Abstract 16174: Nardilysin is a Critical Regulator of Insulin Secretion and Glucose Metabolism
Background: We have previously shown that nardilysin (N-arginine dibasic convertase; NRDc) enhances ectodomain shedding of several membrane-anchored proteins. Analysis of NRDc-deficient (NRDc-/-) mice revealed that NRDc regulates growth, axonal maturation and myelination. Meanwhile, NRDc-/- mice also show lean phenotype, indicating that NRDc may play some roles in energy metabolism.

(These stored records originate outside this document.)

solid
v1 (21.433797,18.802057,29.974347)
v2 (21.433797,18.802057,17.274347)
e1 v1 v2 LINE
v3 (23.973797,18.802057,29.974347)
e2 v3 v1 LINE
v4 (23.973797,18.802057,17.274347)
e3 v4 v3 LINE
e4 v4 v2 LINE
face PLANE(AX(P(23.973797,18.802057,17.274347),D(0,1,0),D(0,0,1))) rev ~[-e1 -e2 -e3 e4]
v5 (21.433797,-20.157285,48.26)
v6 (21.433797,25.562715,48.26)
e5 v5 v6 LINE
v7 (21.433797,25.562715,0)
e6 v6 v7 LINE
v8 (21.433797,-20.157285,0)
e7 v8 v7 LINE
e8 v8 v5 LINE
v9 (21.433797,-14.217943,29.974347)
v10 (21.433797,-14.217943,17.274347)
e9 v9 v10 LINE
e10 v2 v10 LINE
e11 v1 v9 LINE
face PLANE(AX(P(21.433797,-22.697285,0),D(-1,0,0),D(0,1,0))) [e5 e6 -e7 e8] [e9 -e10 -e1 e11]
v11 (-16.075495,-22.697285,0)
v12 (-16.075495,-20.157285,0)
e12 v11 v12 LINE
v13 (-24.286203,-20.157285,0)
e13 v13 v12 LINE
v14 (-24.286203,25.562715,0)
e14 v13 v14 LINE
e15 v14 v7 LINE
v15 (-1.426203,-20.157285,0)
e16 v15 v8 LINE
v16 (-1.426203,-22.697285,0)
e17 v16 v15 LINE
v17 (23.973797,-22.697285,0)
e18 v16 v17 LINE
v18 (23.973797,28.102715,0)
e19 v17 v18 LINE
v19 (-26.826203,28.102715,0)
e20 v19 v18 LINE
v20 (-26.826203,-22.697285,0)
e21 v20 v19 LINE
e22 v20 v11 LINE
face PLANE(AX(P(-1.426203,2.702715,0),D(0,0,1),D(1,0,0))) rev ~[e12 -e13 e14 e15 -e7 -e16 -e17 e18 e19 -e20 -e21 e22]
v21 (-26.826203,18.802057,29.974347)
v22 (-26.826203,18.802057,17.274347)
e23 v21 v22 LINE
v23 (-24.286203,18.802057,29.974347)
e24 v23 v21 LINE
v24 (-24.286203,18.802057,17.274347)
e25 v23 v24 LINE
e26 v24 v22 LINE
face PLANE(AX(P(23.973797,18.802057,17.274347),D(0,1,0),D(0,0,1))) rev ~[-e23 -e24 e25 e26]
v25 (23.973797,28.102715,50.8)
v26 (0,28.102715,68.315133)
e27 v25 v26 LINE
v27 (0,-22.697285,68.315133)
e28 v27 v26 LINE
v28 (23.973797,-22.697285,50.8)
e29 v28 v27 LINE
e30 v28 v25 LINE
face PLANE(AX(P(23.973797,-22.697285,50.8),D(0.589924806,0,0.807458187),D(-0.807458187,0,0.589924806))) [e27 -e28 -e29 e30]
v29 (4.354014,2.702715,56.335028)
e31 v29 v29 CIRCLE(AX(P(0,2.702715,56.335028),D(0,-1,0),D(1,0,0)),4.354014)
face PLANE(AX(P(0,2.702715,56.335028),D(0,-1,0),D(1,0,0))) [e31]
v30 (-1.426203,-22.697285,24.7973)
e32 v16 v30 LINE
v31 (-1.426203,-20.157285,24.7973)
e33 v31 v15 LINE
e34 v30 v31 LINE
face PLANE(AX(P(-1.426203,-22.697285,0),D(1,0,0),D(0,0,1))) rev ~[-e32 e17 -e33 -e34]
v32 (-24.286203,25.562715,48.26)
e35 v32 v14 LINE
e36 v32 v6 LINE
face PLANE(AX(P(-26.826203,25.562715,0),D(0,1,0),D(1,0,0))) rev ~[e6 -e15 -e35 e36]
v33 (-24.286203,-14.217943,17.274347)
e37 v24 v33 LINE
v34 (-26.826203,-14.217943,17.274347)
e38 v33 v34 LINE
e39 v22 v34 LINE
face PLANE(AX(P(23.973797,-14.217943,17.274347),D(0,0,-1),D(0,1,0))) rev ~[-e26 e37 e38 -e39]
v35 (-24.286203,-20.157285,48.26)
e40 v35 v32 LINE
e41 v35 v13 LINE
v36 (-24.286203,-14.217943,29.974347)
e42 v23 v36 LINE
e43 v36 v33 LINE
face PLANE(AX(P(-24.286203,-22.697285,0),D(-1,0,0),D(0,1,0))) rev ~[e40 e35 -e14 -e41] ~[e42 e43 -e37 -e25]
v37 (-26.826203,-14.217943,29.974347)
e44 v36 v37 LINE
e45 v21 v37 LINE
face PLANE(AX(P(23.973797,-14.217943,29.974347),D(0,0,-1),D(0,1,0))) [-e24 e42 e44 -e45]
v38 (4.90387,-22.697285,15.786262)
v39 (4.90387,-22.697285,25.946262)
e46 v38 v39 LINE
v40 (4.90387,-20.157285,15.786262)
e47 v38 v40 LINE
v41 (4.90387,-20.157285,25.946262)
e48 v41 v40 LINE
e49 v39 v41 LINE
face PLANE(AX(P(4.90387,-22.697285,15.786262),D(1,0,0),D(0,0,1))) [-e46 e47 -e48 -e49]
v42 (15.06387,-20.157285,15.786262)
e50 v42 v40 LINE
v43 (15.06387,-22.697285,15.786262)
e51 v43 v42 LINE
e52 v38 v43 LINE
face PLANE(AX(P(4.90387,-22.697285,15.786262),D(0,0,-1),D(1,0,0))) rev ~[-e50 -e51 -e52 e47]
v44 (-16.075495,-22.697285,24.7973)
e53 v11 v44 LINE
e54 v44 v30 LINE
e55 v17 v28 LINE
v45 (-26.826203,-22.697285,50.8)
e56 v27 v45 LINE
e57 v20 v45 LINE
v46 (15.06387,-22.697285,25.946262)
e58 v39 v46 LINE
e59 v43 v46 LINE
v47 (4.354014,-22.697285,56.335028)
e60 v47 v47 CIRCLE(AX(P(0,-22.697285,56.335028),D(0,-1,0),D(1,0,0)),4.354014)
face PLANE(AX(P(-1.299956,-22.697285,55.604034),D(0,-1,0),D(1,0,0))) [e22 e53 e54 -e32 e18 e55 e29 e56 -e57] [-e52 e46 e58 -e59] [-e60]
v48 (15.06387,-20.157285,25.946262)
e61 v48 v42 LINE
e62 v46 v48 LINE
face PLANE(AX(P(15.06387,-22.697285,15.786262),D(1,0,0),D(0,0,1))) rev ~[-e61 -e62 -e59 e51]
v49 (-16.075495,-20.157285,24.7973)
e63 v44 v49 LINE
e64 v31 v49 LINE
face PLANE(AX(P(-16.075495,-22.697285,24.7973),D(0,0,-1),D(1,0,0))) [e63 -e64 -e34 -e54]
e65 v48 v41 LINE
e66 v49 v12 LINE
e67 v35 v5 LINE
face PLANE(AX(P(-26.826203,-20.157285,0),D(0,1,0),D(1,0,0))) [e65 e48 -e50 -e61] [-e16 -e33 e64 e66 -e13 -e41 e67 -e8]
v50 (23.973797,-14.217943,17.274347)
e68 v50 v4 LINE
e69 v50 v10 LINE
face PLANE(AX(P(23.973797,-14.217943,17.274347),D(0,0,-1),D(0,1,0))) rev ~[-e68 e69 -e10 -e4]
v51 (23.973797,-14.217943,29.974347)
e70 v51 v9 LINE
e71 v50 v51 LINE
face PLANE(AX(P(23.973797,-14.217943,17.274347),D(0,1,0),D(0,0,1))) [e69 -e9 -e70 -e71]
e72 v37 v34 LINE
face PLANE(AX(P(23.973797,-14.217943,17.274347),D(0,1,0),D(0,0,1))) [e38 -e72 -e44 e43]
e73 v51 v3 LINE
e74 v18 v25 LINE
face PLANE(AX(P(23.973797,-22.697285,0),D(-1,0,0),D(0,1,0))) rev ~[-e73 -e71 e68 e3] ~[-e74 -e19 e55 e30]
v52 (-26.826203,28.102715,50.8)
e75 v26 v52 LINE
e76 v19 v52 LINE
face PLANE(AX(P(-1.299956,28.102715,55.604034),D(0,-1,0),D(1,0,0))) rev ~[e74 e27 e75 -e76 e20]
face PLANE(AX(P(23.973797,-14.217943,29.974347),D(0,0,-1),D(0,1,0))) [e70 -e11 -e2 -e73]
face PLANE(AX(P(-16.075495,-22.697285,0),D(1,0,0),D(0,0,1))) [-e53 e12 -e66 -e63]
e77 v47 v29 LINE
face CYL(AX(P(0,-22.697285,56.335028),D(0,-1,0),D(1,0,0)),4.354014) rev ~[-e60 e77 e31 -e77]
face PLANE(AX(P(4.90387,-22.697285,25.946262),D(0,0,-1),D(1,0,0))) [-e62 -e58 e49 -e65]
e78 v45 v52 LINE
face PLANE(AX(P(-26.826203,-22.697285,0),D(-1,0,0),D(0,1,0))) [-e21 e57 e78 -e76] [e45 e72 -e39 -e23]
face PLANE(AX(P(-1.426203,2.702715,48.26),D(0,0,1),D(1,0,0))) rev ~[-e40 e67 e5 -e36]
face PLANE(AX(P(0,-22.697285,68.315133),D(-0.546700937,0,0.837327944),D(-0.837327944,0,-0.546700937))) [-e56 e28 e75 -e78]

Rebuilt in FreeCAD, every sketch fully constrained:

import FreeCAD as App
import Part
import Sketcher
Q = App.Units.Quantity


def faces_at(feature, points):
    """Names of the faces that lie closest to the given points."""
    faces = feature.Shape.Faces
    near = lambda p: min(range(len(faces)), key=lambda i: faces[i].distToShape(Part.Vertex(*p))[0])
    return sorted({f"Face{near(p) + 1}" for p in points})


def add_polygon(sketch, points):
    """Adds a closed chain of lines whose ends are joined by coincident constraints."""
    first, n = sketch.GeometryCount, len(points)
    for a, b in zip(points, points[1:] + points[:1]):
        sketch.addGeometry(Part.LineSegment(App.Vector(*a, 0), App.Vector(*b, 0)), False)
    for i in range(n):
        sketch.addConstraint(Sketcher.Constraint("Coincident", first + i, 2, first + (i + 1) % n, 1))

doc = App.newDocument("Part")
params = doc.addObject("Spreadsheet::Sheet", "Params")
for row, (alias, value) in enumerate([
    ("sketch1_width", "2 in"),
    ("pad1_length", "2 in"),
    ("thickness_wall", "0.1 in"),
    ("sketch2_width", "0.4 in"),
    ("pocket1_length", "0.88 in"),
    ("sketch3_width", "2 in"),
    ("pad2_length", "2 in"),
    ("sketch4_width", "1.3 in"),
    ("sketch4_height", "0.5 in"),
    ("pocket2_length", "3.34 in"),
    ("pocket3_length", "1 in"),
], start=1):
    params.set(f"A{row}", alias)
    params.set(f"B{row}", "=" + value)
    params.setAlias(f"B{row}", alias)

body = doc.addObject("PartDesign::Body", "Body")

# Sketch on XY plane
sketch1 = doc.addObject("Sketcher::SketchObject", "Sketch")
body.addObject(sketch1)
sketch1.AttachmentSupport = (doc.XY_Plane, [""])
sketch1.MapMode = "FlatFace"
add_polygon(sketch1, [(-26.826203, 28.102715), (-26.826203, -22.697285), (23.973797, -22.697285), (23.973797, 28.102715)])  # lines 0-3
sketch1.addConstraint([
    Sketcher.Constraint("Vertical", 0),
    Sketcher.Constraint("Horizontal", 1),
    Sketcher.Constraint("Vertical", 2),
    Sketcher.Constraint("Horizontal", 3),
    Sketcher.Constraint("Equal", 3, 0),
    Sketcher.Constraint("DistanceX", 1, 1, 1, 2, Q("2 in")),
    Sketcher.Constraint("DistanceX", 0, 2, -1, 1, Q("26.826203 mm")),
    Sketcher.Constraint("DistanceY", 0, 2, -1, 1, Q("22.697285 mm")),
])
sketch1.setExpression("Constraints[9]", "Params.sketch1_width")
pad1 = doc.addObject("PartDesign::Pad", "Pad")
body.addObject(pad1)
pad1.Profile = sketch1
pad1.setExpression("Length", "Params.pad1_length")
doc.recompute()

thickness = doc.addObject("PartDesign::Thickness", "Thickness")
body.addObject(thickness)
thickness.Base = (pad1, faces_at(pad1, [(-1.426, 2.703, 0)]))
thickness.setExpression("Value", "Params.thickness_wall")
thickness.Reversed = True
thickness.Join = "Arc"

# Sketch on XZ plane
sketch2 = doc.addObject("Sketcher::SketchObject", "Sketch001")
body.addObject(sketch2)
sketch2.AttachmentSupport = (doc.XZ_Plane, [""])
sketch2.MapMode = "FlatFace"
sketch2.AttachmentOffset = App.Placement(App.Vector(0, 0, 22.697285), App.Rotation())
add_polygon(sketch2, [(-16.075495, 24.7973), (-16.075495, 0), (-1.426203, 0), (-1.426203, 24.7973)])  # lines 0-3
add_polygon(sketch2, [(4.90387, 25.946262), (4.90387, 15.786262), (15.06387, 15.786262), (15.06387, 25.946262)])  # lines 4-7
sketch2.addConstraint([
    Sketcher.Constraint("Vertical", 0),
    Sketcher.Constraint("Horizontal", 1),
    Sketcher.Constraint("Vertical", 2),
    Sketcher.Constraint("Horizontal", 3),
    Sketcher.Constraint("Vertical", 4),
    Sketcher.Constraint("Horizontal", 5),
    Sketcher.Constraint("Vertical", 6),
    Sketcher.Constraint("Horizontal", 7),
    Sketcher.Constraint("PointOnObject", 0, 2, -1),
    Sketcher.Constraint("Equal", 7, 4),
    Sketcher.Constraint("DistanceX", 5, 1, 5, 2, Q("0.4 in")),
    Sketcher.Constraint("DistanceY", 0, 2, 0, 1, Q("24.7973 mm")),
    Sketcher.Constraint("DistanceX", 1, 1, 1, 2, Q("14.649291 mm")),
    Sketcher.Constraint("DistanceX", -1, 1, 4, 2, Q("4.90387 mm")),
    Sketcher.Constraint("DistanceX", 0, 2, -1, 1, Q("16.075495 mm")),
    Sketcher.Constraint("DistanceY", -1, 1, 4, 2, Q("15.786262 mm")),
])
sketch2.setExpression("Constraints[18]", "Params.sketch2_width")
pocket1 = doc.addObject("PartDesign::Pocket", "Pocket")
body.addObject(pocket1)
pocket1.Profile = sketch2
pocket1.setExpression("Length", "Params.pocket1_length")

# Sketch on XZ plane
sketch3 = doc.addObject("Sketcher::SketchObject", "Sketch002")
body.addObject(sketch3)
sketch3.AttachmentSupport = (doc.XZ_Plane, [""])
sketch3.MapMode = "FlatFace"
sketch3.AttachmentOffset = App.Placement(App.Vector(0, 0, 22.697285), App.Rotation())
add_polygon(sketch3, [(0, 68.315133), (-26.826203, 50.8), (23.973797, 50.8)])  # lines 0-2
sketch3.addConstraint([
    Sketcher.Constraint("Horizontal", 1),
    Sketcher.Constraint("PointOnObject", 2, 2, -2),
    Sketcher.Constraint("DistanceX", 1, 1, 1, 2, Q("2 in")),
    Sketcher.Constraint("DistanceY", -1, 1, 0, 2, Q("2 in")),
    Sketcher.Constraint("Distance", 0, Q("32.037869 mm")),
    Sketcher.Constraint("Distance", 2, Q("29.69045 mm")),
])
sketch3.setExpression("Constraints[5]", "Params.sketch3_width")
pad2 = doc.addObject("PartDesign::Pad", "Pad001")
body.addObject(pad2)
pad2.Profile = sketch3
pad2.setExpression("Length", "Params.pad2_length")
pad2.Reversed = True

# Sketch on YZ plane
sketch4 = doc.addObject("Sketcher::SketchObject", "Sketch003")
body.addObject(sketch4)
sketch4.AttachmentSupport = (doc.YZ_Plane, [""])
sketch4.MapMode = "FlatFace"
sketch4.AttachmentOffset = App.Placement(App.Vector(0, 0, 23.973797), App.Rotation())
add_polygon(sketch4, [(-14.217943, 29.974347), (-14.217943, 17.274347), (18.802057, 17.274347), (18.802057, 29.974347)])  # lines 0-3
sketch4.addConstraint([
    Sketcher.Constraint("Vertical", 0),
    Sketcher.Constraint("Horizontal", 1),
    Sketcher.Constraint("Vertical", 2),
    Sketcher.Constraint("Horizontal", 3),
    Sketcher.Constraint("DistanceX", 1, 1, 1, 2, Q("1.3 in")),
    Sketcher.Constraint("DistanceY", 0, 2, 0, 1, Q("0.5 in")),
    Sketcher.Constraint("DistanceX", 0, 2, -1, 1, Q("14.217943 mm")),
    Sketcher.Constraint("DistanceY", -1, 1, 0, 2, Q("17.274347 mm")),
])
sketch4.setExpression("Constraints[8]", "Params.sketch4_width")
sketch4.setExpression("Constraints[9]", "Params.sketch4_height")
pocket2 = doc.addObject("PartDesign::Pocket", "Pocket001")
body.addObject(pocket2)
pocket2.Profile = sketch4
pocket2.setExpression("Length", "Params.pocket2_length")

# Sketch on XZ plane
sketch5 = doc.addObject("Sketcher::SketchObject", "Sketch004")
body.addObject(sketch5)
sketch5.AttachmentSupport = (doc.XZ_Plane, [""])
sketch5.MapMode = "FlatFace"
sketch5.AttachmentOffset = App.Placement(App.Vector(0, 0, 22.697285), App.Rotation())
sketch5.addGeometry(Part.Circle(App.Vector(0, 56.335028, 0), App.Vector(0, 0, 1), 4.354014), False)
sketch5.addConstraint([
    Sketcher.Constraint("PointOnObject", 0, 3, -2),
    Sketcher.Constraint("Diameter", 0, Q("8.708028 mm")),
    Sketcher.Constraint("DistanceY", -1, 1, 0, 3, Q("56.335028 mm")),
])
pocket3 = doc.addObject("PartDesign::Pocket", "Pocket002")
body.addObject(pocket3)
pocket3.Profile = sketch5
pocket3.setExpression("Length", "Params.pocket3_length")

doc.recompute()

Methods and results: NRDc-/- and wild-type (NRDc+/+) mice (n=7,10 each) underwent intraperitoneal glucose tolerance test (2 mg/g body weight). Blood samples were collected before (0min) and 30, 60, and 120 min after glucose administration. Glucose-induced insulin secretion was markedly decreased in NRDc-/- mice at 30 and 60 min (0 min: NRDc-/- 0.43±0.09 ng/ml vs NRDc+/+ 0.38±0.07 ng/ml, p=0.33; 30 min: 0.46±0.06 vs 0.75±0.10, p=0.02; 60 min: 0.43±0.09 vs 0.83±0.15, p=0.03; 120 min: 0.58±0.10 vs 0.62±0.09, p=0.37), while NRDc-/- mice showed only mild glucose intolerance (0 min: NRDc-/- 123±14 mg/dl vs NRDc+/+ 126±13 mg/dl, p=0.46; 30 min: 444±35 vs 409±28, p=0.22; 60 min: 434±38 vs 319±28, p=0.01; 120 min: 283±43 vs 192±27, p=0.04). Observation by electron microscopy and immunohistochemistry with anti-insulin antibody showed normal islet morphology and insulin production in NRDc-/- mice. To examine the capacity of insulin secretion, we isolated islets from NRDc-/- and NRDc+/+ mice and measured glucose- or KCl-stimulated insulin secretion. Consistent with the in vivo results, NRDc-/- islets showed severely reduced glucose-stimulated insulin secretion (0.86±0.15-fold relative to unstimulated controls), while NRDc +/+ islets showed normal glucose-stimulated insulin secretion (4.6±1.7-fold relative to untreated controls). On the other hand, NRDc-/- islets showed normal KCl-stimulated insulin secretion (3.4±0.9-fold relative to unstimulated controls), indicating that the response to glucose is specifically impaired in NRDc-/- islets.
Conclusions: NRDc-deficient mice showed abnormal glucose metabolism due to impaired glucose-stimulated insulin secretion of pancreatic islets. Our findings indicate that NRDc is a novel and critical regulator of insulin secretion, which may play an important role in glucose metabolism.
- © 2013 by American Heart Association, Inc.